On Tuesday Sarah gathered the staff around. She was holding an opaque plastic bag. She reached in and pulled out something green and handed it to me. "This is your job now," she said. In my hand was a dead bird! City workers in Cornelius had found this bird and brought it in for identification. Evidently, this is a common occurrence. Interestingly, it was a Monk Parakeet. There is a small colony of this exotic species near the Portland airport, but this is a first Washington County record.

Again, I heard one of the volunteers calling my name from the nature center gift shop. A couple had been out hiking on the Preserve and discovered a bird nest. It was small with lots of holes. What is it? OK, I'm thinking, there are squirrel nests made of leaves, but those are about the only nests visible now. Perhaps they found a Bushtit nest from last spring? Nope. Further questioning revealed the necessary clue that the "nest" was made of plywood. Oh, that's not a bird nest; that is a mason bee house! These native bees do not sting and pollinate the native plants.

"Do you know anything about birds?" Wednesday I helped a high school student identify some birds for a science project she was working on. I went in and got her a pair of binoculars and we went out for a 20 minute walk. The sun had just come out in the late afternoon, after a day of thick fog. Birds were quite active including Dark-eyed Juncos, Black-capped Chickadees, American Robins, Northern Flickers, and both Ruby-crowned and Golden-crowned Kinglets that the student added to her list and wrote down behavioral and habitat observations. We also observed a Red-breasted Sapsucker, one of the very few birds expected in the wetlands that was not on the Preserve's checklist of observed birds.

bee hiveTuesday Sarah took me out to look at a bee hive (left) she had found earlier in the fall. It was built out in the open under some fallen branches.

On the way out we found a couple of Lincoln's Sparrows in a weedy hedgerow. And I called in a feeding flock of chickadees and nuthatches that included a Brown Creeper. "Sweet!" exclaimed Sarah. But she was more excited when we found a Great Blue Heron track clearly visible in the mud at the bottom of a shallow rain water puddle. Then she exclaimed 'sweet' in two syllables: "suh-weet!"

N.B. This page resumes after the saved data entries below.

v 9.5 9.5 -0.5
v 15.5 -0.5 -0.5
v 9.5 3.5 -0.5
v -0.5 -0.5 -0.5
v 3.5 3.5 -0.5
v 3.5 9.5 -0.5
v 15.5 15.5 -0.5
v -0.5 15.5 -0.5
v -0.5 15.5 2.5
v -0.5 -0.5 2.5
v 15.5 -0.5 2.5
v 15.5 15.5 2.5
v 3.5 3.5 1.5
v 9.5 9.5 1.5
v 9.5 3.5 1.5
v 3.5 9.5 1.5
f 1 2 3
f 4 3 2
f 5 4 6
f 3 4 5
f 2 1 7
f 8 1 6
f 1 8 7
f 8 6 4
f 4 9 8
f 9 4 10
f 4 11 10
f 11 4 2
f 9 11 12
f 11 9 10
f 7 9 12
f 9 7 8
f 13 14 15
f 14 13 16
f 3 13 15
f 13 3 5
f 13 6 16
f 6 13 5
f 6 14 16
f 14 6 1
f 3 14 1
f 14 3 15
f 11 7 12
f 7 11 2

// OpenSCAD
union() {
    translate([0, 0, 0]) color("brown") cube([1, 1, 1],center=true);
    translate([0, 0, 1]) color("brown") cube([1, 1, 1],center=true);
    translate([0, 0, 2]) color("brown") cube([1, 1, 1],center=true);
    translate([0, 1, 0]) color("brown") cube([1, 1, 1],center=true);
    translate([0, 1, 1]) color("brown") cube([1, 1, 1],center=true);
    translate([0, 1, 2]) color("brown") cube([1, 1, 1],center=true);
    translate([0, 2, 0]) color("brown") cube([1, 1, 1],center=true);
    translate([0, 2, 1]) color("brown") cube([1, 1, 1],center=true);
    translate([0, 2, 2]) color("brown") cube([1, 1, 1],center=true);
    translate([0, 3, 0]) color("brown") cube([1, 1, 1],center=true);
    translate([0, 3, 1]) color("brown") cube([1, 1, 1],center=true);
    translate([0, 3, 2]) color("brown") cube([1, 1, 1],center=true);
    translate([0, 4, 0]) color("brown") cube([1, 1, 1],center=true);
    translate([0, 4, 1]) color("brown") cube([1, 1, 1],center=true);
    translate([0, 4, 2]) color("brown") cube([1, 1, 1],center=true);
    translate([0, 5, 0]) color("brown") cube([1, 1, 1],center=true);
    translate([0, 5, 1]) color("brown") cube([1, 1, 1],center=true);
    translate([0, 5, 2]) color("brown") cube([1, 1, 1],center=true);
    translate([0, 6, 0]) color("brown") cube([1, 1, 1],center=true);
    translate([0, 6, 1]) color("brown") cube([1, 1, 1],center=true);
    translate([0, 6, 2]) color("brown") cube([1, 1, 1],center=true);
    translate([0, 7, 0]) color("brown") cube([1, 1, 1],center=true);
    translate([0, 7, 1]) color("brown") cube([1, 1, 1],center=true);
    translate([0, 7, 2]) color("brown") cube([1, 1, 1],center=true);
    translate([0, 8, 0]) color("brown") cube([1, 1, 1],center=true);
    translate([0, 8, 1]) color("brown") cube([1, 1, 1],center=true);
    translate([0, 8, 2]) color("brown") cube([1, 1, 1],center=true);
    translate([0, 9, 0]) color("brown") cube([1, 1, 1],center=true);
    translate([0, 9, 1]) color("brown") cube([1, 1, 1],center=true);
    translate([0, 9, 2]) color("brown") cube([1, 1, 1],center=true);
    translate([0, 10, 0]) color("brown") cube([1, 1, 1],center=true);
    translate([0, 10, 1]) color("brown") cube([1, 1, 1],center=true);
    translate([0, 10, 2]) color("brown") cube([1, 1, 1],center=true);
    translate([0, 11, 0]) color("brown") cube([1, 1, 1],center=true);
    translate([0, 11, 1]) color("brown") cube([1, 1, 1],center=true);
    translate([0, 11, 2]) color("brown") cube([1, 1, 1],center=true);
    translate([0, 12, 0]) color("brown") cube([1, 1, 1],center=true);
    translate([0, 12, 1]) color("brown") cube([1, 1, 1],center=true);
    translate([0, 12, 2]) color("brown") cube([1, 1, 1],center=true);
    translate([0, 13, 0]) color("brown") cube([1, 1, 1],center=true);
    translate([0, 13, 1]) color("brown") cube([1, 1, 1],center=true);
    translate([0, 13, 2]) color("brown") cube([1, 1, 1],center=true);
    translate([0, 14, 0]) color("brown") cube([1, 1, 1],center=true);
    translate([0, 14, 1]) color("brown") cube([1, 1, 1],center=true);
    translate([0, 14, 2]) color("brown") cube([1, 1, 1],center=true);
    translate([0, 15, 0]) color("brown") cube([1, 1, 1],center=true);
    translate([0, 15, 1]) color("brown") cube([1, 1, 1],center=true);
    translate([0, 15, 2]) color("brown") cube([1, 1, 1],center=true);
    translate([1, 0, 0]) color("brown") cube([1, 1, 1],center=true);
    translate([1, 0, 1]) color("brown") cube([1, 1, 1],center=true);
    translate([1, 0, 2]) color("brown") cube([1, 1, 1],center=true);
    translate([1, 1, 0]) color("brown") cube([1, 1, 1],center=true);
    translate([1, 1, 1]) color("brown") cube([1, 1, 1],center=true);
    translate([1, 1, 2]) color("brown") cube([1, 1, 1],center=true);
    translate([1, 2, 0]) color("brown") cube([1, 1, 1],center=true);
    translate([1, 2, 1]) color("brown") cube([1, 1, 1],center=true);
    translate([1, 2, 2]) color("brown") cube([1, 1, 1],center=true);
    translate([1, 3, 0]) color("brown") cube([1, 1, 1],center=true);
    translate([1, 3, 1]) color("brown") cube([1, 1, 1],center=true);
    translate([1, 3, 2]) color("brown") cube([1, 1, 1],center=true);
    translate([1, 4, 0]) color("brown") cube([1, 1, 1],center=true);
    translate([1, 4, 1]) color("brown") cube([1, 1, 1],center=true);
    translate([1, 4, 2]) color("brown") cube([1, 1, 1],center=true);
    translate([1, 5, 0]) color("brown") cube([1, 1, 1],center=true);
    translate([1, 5, 1]) color("brown") cube([1, 1, 1],center=true);
    translate([1, 5, 2]) color("brown") cube([1, 1, 1],center=true);
    translate([1, 6, 0]) color("brown") cube([1, 1, 1],center=true);
    translate([1, 6, 1]) color("brown") cube([1, 1, 1],center=true);
    translate([1, 6, 2]) color("brown") cube([1, 1, 1],center=true);
    translate([1, 7, 0]) color("brown") cube([1, 1, 1],center=true);
    translate([1, 7, 1]) color("brown") cube([1, 1, 1],center=true);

There was a spider hatch during the night. Strands of spider silk were in the air in every direction. Tiny little gnat-like spiders were floating in the breeze on little parachutes. At one point near the observation platform there were literally hundreds of spiders landing on us and covering us in web strands. Little spiders were rappelling down from the overhanging roof of the observation platform. It was like a scene from Arachnophobia. Sarah's response? "Suh-weet!"

You know, I think I'm going to like my new job.